[DIRECTIONS]:
If a line in the records below contains the word "PartDesign", copy it out.

[RECORDS TO USE — start]

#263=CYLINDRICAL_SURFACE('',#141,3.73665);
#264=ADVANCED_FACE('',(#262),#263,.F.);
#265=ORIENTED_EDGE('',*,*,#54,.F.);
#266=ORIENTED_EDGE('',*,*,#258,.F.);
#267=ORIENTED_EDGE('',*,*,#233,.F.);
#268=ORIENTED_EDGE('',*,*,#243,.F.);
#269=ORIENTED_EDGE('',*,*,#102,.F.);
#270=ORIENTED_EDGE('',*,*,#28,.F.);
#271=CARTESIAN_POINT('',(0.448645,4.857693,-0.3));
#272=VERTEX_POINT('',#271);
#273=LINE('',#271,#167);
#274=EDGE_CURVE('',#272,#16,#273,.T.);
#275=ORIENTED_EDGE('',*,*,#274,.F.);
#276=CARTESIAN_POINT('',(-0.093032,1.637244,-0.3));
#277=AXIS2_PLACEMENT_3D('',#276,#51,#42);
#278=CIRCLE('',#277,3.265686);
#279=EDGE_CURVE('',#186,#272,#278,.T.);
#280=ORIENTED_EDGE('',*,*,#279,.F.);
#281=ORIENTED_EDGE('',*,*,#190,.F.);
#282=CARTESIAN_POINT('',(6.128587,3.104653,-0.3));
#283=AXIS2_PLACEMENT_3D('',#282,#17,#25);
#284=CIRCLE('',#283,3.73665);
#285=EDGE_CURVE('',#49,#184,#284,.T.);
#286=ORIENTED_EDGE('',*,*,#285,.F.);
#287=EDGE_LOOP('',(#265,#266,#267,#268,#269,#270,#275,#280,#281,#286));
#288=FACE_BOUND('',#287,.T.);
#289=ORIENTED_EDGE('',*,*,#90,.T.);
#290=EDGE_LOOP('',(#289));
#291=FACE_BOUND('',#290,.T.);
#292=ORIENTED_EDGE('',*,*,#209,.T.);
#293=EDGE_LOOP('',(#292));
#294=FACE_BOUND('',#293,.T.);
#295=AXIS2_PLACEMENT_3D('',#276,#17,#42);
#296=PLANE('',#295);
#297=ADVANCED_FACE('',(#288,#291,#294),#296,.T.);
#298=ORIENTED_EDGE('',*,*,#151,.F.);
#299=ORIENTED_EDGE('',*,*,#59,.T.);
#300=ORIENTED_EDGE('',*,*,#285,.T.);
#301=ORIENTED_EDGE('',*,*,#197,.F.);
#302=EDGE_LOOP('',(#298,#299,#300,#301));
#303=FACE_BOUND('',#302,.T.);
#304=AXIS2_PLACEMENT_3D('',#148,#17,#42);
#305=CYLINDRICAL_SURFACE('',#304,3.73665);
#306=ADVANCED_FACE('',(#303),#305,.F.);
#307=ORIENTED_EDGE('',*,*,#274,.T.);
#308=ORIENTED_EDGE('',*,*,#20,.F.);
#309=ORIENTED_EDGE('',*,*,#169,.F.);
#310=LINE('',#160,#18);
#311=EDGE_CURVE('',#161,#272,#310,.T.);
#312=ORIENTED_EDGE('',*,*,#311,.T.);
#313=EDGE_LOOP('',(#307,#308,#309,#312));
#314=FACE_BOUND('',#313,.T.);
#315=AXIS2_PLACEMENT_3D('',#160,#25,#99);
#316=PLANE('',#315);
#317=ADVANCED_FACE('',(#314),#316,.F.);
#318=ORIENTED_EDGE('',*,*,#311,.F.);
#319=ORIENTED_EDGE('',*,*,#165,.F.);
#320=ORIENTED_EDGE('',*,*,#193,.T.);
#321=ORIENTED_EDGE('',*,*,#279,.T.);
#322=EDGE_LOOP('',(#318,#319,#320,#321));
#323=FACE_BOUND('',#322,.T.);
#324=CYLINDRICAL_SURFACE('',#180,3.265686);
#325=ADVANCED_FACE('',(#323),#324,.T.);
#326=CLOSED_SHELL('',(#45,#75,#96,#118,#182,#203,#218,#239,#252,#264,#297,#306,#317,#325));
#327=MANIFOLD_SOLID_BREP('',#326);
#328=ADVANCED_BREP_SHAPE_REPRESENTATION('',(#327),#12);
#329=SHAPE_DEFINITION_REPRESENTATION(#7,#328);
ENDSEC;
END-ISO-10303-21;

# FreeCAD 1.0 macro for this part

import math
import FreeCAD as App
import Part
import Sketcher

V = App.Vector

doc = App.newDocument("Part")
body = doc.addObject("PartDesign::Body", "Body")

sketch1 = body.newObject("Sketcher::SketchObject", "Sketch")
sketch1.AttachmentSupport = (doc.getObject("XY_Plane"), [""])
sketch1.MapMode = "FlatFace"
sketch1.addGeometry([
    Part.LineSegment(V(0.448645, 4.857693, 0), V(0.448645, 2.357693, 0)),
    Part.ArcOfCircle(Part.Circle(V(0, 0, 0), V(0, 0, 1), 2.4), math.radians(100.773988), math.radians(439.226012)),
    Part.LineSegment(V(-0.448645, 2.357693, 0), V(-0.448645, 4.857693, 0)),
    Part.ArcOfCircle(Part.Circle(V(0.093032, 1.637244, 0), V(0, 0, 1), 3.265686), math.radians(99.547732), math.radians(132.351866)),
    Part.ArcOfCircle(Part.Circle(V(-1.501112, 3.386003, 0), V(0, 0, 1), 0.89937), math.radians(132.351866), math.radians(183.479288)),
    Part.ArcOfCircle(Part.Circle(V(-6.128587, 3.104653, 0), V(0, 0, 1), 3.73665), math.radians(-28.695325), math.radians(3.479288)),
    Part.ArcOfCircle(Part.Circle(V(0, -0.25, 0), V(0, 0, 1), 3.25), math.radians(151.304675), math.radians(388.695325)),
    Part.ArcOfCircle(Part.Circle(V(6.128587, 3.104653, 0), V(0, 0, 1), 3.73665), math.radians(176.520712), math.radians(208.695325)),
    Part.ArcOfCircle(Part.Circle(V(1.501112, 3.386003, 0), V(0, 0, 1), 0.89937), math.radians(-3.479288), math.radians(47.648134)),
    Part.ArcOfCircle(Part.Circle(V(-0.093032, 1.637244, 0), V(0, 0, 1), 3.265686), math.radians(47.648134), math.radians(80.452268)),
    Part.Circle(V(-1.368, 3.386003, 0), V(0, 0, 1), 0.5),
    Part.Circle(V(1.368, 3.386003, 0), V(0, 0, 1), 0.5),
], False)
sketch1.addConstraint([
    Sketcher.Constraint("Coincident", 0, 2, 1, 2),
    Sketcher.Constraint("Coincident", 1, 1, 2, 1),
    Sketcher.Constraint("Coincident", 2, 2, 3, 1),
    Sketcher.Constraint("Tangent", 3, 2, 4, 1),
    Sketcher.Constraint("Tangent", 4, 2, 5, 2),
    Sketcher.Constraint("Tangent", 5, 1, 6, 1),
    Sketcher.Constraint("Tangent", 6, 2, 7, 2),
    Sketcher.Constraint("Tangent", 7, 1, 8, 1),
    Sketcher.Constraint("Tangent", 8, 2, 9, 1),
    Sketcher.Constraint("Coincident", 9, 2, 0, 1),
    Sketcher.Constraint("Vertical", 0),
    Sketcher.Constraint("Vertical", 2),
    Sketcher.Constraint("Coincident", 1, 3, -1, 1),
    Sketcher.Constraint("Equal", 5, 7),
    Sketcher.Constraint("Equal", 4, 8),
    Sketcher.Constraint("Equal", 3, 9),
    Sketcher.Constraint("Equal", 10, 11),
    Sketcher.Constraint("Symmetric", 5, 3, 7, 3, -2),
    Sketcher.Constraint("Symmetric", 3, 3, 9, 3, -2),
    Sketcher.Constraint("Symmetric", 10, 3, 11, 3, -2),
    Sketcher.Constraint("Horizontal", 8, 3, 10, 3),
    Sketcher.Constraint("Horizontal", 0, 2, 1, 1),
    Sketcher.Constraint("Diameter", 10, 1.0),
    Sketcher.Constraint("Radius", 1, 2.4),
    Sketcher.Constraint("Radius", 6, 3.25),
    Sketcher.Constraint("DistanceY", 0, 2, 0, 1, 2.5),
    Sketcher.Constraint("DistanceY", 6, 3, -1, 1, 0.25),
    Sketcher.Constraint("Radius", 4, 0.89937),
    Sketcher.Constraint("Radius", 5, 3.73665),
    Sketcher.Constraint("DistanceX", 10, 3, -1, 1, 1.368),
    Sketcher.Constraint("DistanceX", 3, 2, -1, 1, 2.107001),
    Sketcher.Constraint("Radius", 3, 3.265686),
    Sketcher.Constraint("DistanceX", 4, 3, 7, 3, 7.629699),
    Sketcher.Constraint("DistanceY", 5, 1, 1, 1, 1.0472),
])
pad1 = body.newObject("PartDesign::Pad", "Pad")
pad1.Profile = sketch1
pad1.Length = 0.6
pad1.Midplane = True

[RECORDS TO USE — finish]

[WRITTEN REPLY]:
body = doc.addObject("PartDesign::Body", "Body")
pad1 = body.newObject("PartDesign::Pad", "Pad")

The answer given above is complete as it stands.